The latest CPI report from the Labor Department came out yesterday and the results were a mixed bag. The headline number showed that the wide basket of goods and services that the Labor Department uses to track inflation rose just 0.1% from the previous month and 7.1% from a year ago. Compared to Wall St. estimates, the actual data came in below the expected 0.3% monthly increase and the 7.3% 12-month increase. This is a positive sign that the seemingly runaway inflation we have seen is beginning to loosen up, and that the Fed has been successful in taming it. The latest increase is at the lowest level since November 2021.
Falling energy prices are believed to have kept inflation at bay, declining 1.6% for the month, although on the year, the energy index is still up by 13.1%. Used vehicle prices, which were a major contributor to the inflation burst (think back to when a used car was more expensive than a new car), fell 2.9% for the month and 3.3% from a year ago. Medical care services also contributed to the latest reading falling short of economist estimates, declining 0.7% on the month.
To the disappointment of many, food prices continued to rise, up 0.5% on the month and 10.6% from a year ago, and shelter which makes up 1/3 of the CPI weighting, rose 0.6% on the month and 7.1% on the year.
Stocks responded very positively to the news but the market has since cooled in the day following the publishing of the data. Inflation seems to have peaked around 9% in June and the monthly readings since June have shown a slow but steady decline, taking pressure off the Fed to raise rates and reinstating confidence that the Fed can reign in inflation. The FOMC concluded its two-day meeting today, and raised rates by 0.5%, although markets widely expected the increase regardless of the latest CPI reading. We look forward to next month to see if the trend continues.
Weekly News Roundup
Consumer Prices rose less than Expected in November, up 7.1% from a Year Ago (CNBC)
The consumer price index rose just 0.1% from the previous month and is up 7.1% from a year ago. Economists had been expecting a 0.3% monthly increase and a 7.3% 12-month rate. Food prices are up 10.6% from a year ago and shelter, which makes up about 1/3 of CPI weighting, continued to escalate up to 7.1% on an annual basis. Falling energy prices helped keep inflation at bay, declining 1.6% for the month, partially due to a 2% decrease in the price of gasoline.
HY: Meanwhile concert tickets have seemingly gone up from like $50 a show 4 years ago to $200-300 a show these days, ugh.
NY Fed: Consumers See Inflation Easing Considerably in the Next Year (CNBC)

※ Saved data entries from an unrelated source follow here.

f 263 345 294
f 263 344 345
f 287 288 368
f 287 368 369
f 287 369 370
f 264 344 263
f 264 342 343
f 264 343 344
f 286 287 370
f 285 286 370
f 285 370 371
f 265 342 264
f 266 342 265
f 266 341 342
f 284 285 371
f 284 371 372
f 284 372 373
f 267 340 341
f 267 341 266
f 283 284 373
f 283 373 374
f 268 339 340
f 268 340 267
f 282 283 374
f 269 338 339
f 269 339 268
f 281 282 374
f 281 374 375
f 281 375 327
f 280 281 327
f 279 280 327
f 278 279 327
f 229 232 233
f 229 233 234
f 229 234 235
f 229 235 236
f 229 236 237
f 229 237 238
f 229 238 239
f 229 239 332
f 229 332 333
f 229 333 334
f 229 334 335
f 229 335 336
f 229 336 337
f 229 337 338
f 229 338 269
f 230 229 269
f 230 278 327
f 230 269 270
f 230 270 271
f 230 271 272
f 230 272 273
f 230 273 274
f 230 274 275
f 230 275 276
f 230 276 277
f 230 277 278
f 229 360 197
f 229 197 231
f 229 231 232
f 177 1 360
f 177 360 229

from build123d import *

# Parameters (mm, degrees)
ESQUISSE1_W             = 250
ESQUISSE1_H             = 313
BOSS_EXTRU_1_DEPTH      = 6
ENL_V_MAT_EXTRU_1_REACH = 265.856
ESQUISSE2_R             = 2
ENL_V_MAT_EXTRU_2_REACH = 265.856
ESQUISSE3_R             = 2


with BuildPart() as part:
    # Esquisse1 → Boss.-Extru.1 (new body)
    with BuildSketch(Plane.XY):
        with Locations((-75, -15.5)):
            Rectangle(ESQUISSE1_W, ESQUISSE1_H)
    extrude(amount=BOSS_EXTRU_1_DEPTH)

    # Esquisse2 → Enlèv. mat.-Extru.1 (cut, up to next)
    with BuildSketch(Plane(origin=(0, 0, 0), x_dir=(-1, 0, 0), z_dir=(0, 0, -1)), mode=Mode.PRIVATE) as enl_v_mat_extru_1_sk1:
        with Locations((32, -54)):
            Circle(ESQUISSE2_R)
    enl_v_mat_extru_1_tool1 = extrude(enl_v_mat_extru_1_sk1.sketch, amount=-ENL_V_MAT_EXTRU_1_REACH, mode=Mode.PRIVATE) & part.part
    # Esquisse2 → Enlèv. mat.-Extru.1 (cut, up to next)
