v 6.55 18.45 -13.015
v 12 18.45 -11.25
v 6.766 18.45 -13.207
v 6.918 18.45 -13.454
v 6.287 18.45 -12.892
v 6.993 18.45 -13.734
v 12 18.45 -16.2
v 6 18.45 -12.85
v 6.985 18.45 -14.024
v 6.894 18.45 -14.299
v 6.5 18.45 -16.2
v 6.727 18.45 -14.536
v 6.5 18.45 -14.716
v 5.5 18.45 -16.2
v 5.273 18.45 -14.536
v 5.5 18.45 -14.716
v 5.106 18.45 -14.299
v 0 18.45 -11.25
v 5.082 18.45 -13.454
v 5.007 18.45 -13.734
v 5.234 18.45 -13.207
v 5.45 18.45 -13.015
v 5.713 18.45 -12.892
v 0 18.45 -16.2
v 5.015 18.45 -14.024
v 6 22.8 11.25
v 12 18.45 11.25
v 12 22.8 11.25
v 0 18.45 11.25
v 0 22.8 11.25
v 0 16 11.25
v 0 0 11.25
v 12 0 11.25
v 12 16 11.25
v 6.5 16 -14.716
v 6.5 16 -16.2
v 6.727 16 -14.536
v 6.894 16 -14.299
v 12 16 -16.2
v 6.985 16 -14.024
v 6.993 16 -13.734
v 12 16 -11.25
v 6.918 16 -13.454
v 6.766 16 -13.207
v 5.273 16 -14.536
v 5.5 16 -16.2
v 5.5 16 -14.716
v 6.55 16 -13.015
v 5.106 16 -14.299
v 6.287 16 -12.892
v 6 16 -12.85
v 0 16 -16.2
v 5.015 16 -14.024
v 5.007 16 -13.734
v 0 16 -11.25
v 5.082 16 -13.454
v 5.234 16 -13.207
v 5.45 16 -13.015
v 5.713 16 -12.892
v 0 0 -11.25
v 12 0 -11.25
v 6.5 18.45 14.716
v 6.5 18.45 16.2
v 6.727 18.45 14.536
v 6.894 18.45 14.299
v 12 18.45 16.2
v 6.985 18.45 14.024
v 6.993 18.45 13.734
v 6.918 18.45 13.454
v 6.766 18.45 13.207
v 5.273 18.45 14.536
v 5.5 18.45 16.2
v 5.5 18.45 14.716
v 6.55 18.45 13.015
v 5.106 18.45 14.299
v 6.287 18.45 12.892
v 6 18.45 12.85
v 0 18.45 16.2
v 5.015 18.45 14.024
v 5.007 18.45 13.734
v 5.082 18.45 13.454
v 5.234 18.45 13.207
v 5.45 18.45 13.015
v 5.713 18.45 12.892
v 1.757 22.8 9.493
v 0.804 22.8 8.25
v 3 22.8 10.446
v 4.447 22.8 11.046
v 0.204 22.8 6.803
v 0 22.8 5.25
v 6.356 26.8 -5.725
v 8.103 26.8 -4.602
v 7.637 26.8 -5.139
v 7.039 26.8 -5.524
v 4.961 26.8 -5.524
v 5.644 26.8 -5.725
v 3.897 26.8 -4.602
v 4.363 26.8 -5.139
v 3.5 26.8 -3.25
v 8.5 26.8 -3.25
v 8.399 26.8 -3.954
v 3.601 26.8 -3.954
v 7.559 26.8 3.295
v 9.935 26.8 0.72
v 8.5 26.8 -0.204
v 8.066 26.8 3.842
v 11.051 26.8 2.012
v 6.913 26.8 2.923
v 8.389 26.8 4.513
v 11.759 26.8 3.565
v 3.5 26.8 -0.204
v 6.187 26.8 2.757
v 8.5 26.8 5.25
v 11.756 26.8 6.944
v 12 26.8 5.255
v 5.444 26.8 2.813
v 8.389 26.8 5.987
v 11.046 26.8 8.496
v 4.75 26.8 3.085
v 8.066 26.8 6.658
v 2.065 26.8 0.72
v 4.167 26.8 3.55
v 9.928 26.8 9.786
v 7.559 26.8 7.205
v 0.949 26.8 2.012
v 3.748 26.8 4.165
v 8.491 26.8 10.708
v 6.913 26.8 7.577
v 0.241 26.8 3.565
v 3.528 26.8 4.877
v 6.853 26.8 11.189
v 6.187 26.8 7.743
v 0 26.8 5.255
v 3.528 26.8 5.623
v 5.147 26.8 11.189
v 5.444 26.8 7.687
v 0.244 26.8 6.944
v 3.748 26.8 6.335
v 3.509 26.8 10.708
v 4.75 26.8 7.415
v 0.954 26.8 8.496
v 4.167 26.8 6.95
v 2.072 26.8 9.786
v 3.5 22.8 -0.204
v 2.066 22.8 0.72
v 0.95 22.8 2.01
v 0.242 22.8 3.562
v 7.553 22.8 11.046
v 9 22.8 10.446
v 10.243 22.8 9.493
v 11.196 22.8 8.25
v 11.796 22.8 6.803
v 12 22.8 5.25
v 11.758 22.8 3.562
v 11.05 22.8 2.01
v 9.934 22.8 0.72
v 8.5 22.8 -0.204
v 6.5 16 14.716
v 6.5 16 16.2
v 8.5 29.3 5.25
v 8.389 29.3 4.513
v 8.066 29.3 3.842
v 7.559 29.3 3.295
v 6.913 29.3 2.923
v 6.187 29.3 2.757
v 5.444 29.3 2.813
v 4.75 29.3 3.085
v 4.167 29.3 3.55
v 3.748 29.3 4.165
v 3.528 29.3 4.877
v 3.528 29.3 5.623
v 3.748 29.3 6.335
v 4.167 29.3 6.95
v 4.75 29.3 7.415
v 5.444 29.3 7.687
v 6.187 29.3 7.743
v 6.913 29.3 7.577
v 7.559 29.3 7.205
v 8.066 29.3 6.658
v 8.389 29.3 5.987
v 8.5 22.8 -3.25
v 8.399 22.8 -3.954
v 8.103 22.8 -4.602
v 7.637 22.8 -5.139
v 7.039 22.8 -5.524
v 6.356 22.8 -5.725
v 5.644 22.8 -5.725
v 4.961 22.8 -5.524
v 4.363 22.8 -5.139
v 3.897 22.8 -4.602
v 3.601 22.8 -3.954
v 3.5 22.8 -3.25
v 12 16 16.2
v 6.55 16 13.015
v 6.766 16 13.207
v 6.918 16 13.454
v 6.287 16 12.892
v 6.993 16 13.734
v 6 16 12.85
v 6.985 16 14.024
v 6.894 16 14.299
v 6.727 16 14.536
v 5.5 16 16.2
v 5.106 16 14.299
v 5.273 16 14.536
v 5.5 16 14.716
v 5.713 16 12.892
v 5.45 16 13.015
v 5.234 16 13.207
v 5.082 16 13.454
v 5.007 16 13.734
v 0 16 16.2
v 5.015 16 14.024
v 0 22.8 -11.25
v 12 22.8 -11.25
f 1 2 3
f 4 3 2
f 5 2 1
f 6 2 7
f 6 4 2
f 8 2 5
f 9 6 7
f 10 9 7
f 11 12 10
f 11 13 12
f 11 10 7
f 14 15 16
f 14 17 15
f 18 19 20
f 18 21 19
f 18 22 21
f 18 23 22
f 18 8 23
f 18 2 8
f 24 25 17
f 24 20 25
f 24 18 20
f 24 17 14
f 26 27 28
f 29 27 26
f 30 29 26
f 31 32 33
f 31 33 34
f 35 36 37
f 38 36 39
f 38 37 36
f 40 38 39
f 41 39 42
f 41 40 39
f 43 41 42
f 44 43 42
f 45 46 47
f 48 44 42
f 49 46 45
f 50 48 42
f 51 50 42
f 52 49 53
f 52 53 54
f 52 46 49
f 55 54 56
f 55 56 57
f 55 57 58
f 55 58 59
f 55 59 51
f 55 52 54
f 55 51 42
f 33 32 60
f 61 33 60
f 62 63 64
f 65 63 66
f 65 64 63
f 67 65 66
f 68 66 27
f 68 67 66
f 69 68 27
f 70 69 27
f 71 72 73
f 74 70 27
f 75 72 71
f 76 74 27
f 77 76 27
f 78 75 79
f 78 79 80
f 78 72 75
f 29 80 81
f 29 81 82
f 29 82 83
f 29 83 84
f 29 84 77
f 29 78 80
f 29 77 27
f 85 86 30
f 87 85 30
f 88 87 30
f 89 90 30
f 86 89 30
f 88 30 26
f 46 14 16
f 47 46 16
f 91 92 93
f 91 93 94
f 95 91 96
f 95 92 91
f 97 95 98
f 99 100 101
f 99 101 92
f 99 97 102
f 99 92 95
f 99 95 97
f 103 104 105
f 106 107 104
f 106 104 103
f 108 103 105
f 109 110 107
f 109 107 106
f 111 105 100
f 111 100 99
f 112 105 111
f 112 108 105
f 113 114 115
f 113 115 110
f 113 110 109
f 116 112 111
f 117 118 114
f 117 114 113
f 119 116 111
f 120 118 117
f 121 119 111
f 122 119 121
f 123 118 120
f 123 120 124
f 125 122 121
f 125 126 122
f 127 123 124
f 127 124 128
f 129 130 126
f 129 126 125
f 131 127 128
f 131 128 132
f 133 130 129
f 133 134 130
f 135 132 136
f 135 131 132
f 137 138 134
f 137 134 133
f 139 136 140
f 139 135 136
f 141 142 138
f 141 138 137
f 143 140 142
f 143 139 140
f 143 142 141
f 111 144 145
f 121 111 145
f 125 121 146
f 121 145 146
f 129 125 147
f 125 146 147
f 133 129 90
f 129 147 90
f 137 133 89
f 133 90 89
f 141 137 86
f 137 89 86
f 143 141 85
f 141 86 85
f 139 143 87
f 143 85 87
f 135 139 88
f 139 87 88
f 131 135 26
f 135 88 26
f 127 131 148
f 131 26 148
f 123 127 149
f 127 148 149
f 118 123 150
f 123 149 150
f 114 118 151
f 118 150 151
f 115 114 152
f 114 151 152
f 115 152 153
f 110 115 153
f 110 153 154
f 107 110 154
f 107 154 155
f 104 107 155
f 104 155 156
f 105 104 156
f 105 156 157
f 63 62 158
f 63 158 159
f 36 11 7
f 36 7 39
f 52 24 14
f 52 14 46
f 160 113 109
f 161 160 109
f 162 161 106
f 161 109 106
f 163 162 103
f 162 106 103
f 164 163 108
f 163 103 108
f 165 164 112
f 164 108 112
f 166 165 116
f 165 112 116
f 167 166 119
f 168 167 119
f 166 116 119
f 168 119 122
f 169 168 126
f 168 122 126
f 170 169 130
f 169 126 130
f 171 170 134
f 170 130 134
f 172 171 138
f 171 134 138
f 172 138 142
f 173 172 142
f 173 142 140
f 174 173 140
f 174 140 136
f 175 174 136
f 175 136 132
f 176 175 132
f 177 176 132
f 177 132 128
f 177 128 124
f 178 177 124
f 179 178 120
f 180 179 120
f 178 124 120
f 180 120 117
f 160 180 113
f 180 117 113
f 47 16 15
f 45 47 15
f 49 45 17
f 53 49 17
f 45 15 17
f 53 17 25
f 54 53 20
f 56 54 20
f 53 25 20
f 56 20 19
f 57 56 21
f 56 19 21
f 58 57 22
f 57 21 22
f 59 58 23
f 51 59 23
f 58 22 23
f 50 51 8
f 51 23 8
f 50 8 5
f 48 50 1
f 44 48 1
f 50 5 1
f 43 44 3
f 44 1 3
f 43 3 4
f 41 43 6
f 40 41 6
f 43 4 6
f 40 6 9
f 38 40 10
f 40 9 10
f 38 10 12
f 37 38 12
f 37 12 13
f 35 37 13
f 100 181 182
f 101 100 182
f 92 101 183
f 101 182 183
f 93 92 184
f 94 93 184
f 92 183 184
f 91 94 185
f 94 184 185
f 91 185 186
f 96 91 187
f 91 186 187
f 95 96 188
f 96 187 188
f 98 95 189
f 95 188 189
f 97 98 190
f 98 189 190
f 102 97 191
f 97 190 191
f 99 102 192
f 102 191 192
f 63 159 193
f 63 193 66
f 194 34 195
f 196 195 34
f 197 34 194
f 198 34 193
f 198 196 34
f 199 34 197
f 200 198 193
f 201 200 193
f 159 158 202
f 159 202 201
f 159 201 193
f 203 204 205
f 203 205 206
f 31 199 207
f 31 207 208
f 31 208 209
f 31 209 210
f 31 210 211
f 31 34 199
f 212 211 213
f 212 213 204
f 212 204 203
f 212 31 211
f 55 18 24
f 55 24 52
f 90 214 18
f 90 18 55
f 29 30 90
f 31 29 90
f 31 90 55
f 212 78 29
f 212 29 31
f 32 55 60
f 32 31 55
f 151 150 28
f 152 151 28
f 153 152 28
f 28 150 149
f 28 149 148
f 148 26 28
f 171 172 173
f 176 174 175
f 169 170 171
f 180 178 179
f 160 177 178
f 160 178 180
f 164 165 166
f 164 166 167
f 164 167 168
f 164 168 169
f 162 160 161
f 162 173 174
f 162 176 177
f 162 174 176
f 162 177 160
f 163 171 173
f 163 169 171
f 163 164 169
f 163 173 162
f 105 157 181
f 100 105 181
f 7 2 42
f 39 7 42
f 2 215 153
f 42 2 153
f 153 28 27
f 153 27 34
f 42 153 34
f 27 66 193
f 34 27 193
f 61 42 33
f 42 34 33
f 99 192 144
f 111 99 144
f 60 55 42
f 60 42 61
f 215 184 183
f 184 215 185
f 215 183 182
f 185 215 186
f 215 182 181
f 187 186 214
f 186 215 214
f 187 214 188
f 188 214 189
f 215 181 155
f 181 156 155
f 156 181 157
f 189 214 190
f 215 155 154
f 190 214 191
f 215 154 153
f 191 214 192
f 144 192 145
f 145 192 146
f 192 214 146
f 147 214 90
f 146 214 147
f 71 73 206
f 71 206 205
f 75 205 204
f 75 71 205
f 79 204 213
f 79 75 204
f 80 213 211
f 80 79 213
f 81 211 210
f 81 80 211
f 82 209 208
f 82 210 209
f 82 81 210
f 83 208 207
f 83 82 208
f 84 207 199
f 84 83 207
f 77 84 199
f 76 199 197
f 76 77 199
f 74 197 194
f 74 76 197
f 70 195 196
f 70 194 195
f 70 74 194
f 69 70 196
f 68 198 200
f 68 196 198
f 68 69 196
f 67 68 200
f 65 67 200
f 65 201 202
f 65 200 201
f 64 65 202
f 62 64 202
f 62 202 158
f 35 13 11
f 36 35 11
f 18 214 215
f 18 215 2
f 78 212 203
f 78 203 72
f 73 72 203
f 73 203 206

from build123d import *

# Parameters (mm, degrees)
EXTRUSION1_DEPTH = 12
EXTRUSION2_DEPTH = 12.6
EXTRUSION3_DEPTH = 4
SKETCH4_R        = 2.5
EXTRUSION4_DEPTH = 2.5


with BuildPart() as part:
    # Sketch1 → Extrusion1 (new body)
    with BuildSketch(Plane.YZ):
        Polygon((0, 0), (0, 11.25), (16, 11.25), (16, 16.2), (18.45, 16.2), (18.45, 11.25), (22.8, 11.25), (22.8, 0), (22.8, -11.25), (18.45, -11.25), (18.45, -16.2), (16, -16.2), (16, -11.25), (0, -11.25), align=None)
    extrude(amount=EXTRUSION1_DEPTH)

    # Sketch2 → Extrusion2 (cut)
    with BuildSketch(Plane(origin=(0, 18.45, 0), x_dir=(-1, 0, 0), z_dir=(0, 1, 0))):
        with BuildLine():
            Line((-6.5, -14.716025404), (-6.5, -16.2))
            Line((-6.5, -16.2), (-5.5, -16.2))
            Line((-5.5, -16.2), (-5.5, -14.716025404))
            ThreePointArc((-5.5, -14.716025404), (-6, -12.85), (-6.5, -14.716025404))
        make_face()
        with BuildLine():
            Line((-6.5, 14.716025404), (-6.5, 16.2))
            Line((-6.5, 16.2), (-5.5, 16.2))
            Line((-5.5, 16.2), (-5.5, 14.716025404))
            ThreePointArc((-5.5, 14.716025404), (-6, 12.85), (-6.5, 14.716025404))
        make_face()
    extrude(amount=-EXTRUSION2_DEPTH, mode=Mode.SUBTRACT)

    # Sketch3 → Extrusion3 (add)
    with BuildSketch(Plane(origin=(0, 22.8, 0), x_dir=(-1, 0, 0), z_dir=(0, 1, 0))):
        with BuildLine():
            Line((-8.5, -0.204356057), (-8.5, -3.25))
            ThreePointArc((-8.5, -3.25), (-6, -5.75), (-3.5, -3.25))
            Line((-3.5, -3.25), (-3.5, -0.204356057))
            ThreePointArc((-3.5, -0.204356057), (-6, 11.25), (-8.5, -0.204356057))
        make_face()
    extrude(amount=EXTRUSION3_DEPTH)

    # Sketch4 → Extrusion4 (add)
    with BuildSketch(Plane(origin=(0, 26.8, 11.25), x_dir=(1, 0, 0), z_dir=(0, 1, 0))):
        with Locations((6, 6)):
            Circle(SKETCH4_R)
    extrude(amount=EXTRUSION4_DEPTH)


solid = part.part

Consumers grew more optimistic about inflation in November amid expectations that both food and energy price increases would be less severe in the coming year, according to a NY Fed survey. The survey indicated that respondents see one-year inflation running at a 5.2% pace, down 0.7% from the October reading, the lowest level since August 2021. The survey comes as Fed officials have indicated the likelihood of a 0.5% interest rate hike coming this week.
HY: Great news but we’re not out of the woods yet!
Tesla Investors Voice Concern Over Elon Musk’s Focus on Twitter (WSJ)
Investors are expressing their discomfort toward Chief Executive Elon Musk’s involvement with Twitter, suggesting that it may be to the detriment of Tesla with the car company’s stock on track for its worst full-year performance. Musk admitted himself that he had been spending most of his time focusing on Twitter at a trial about his Tesla compensation package last month. “I expect to reduce my time at Twitter and find somebody else to run Twitter over time,” Musk testified. Shares of Tesla are down 54.31% YTD.
HY: Long term for Tesla this should be fine. Yes, Elon is spending a lot of time at Twitter, but its not like a car company just evaporates overnight. The share price is more likely reflective of sentiment.
Charts of the Week
“Service inflation is largely unaffected by supply chains and commodity prices. Instead, it is trending higher due to a combination of strong labor markets and a shift in demand for services. Rising inflation expectations may add pressure on wages and service prices (as well as goods prices).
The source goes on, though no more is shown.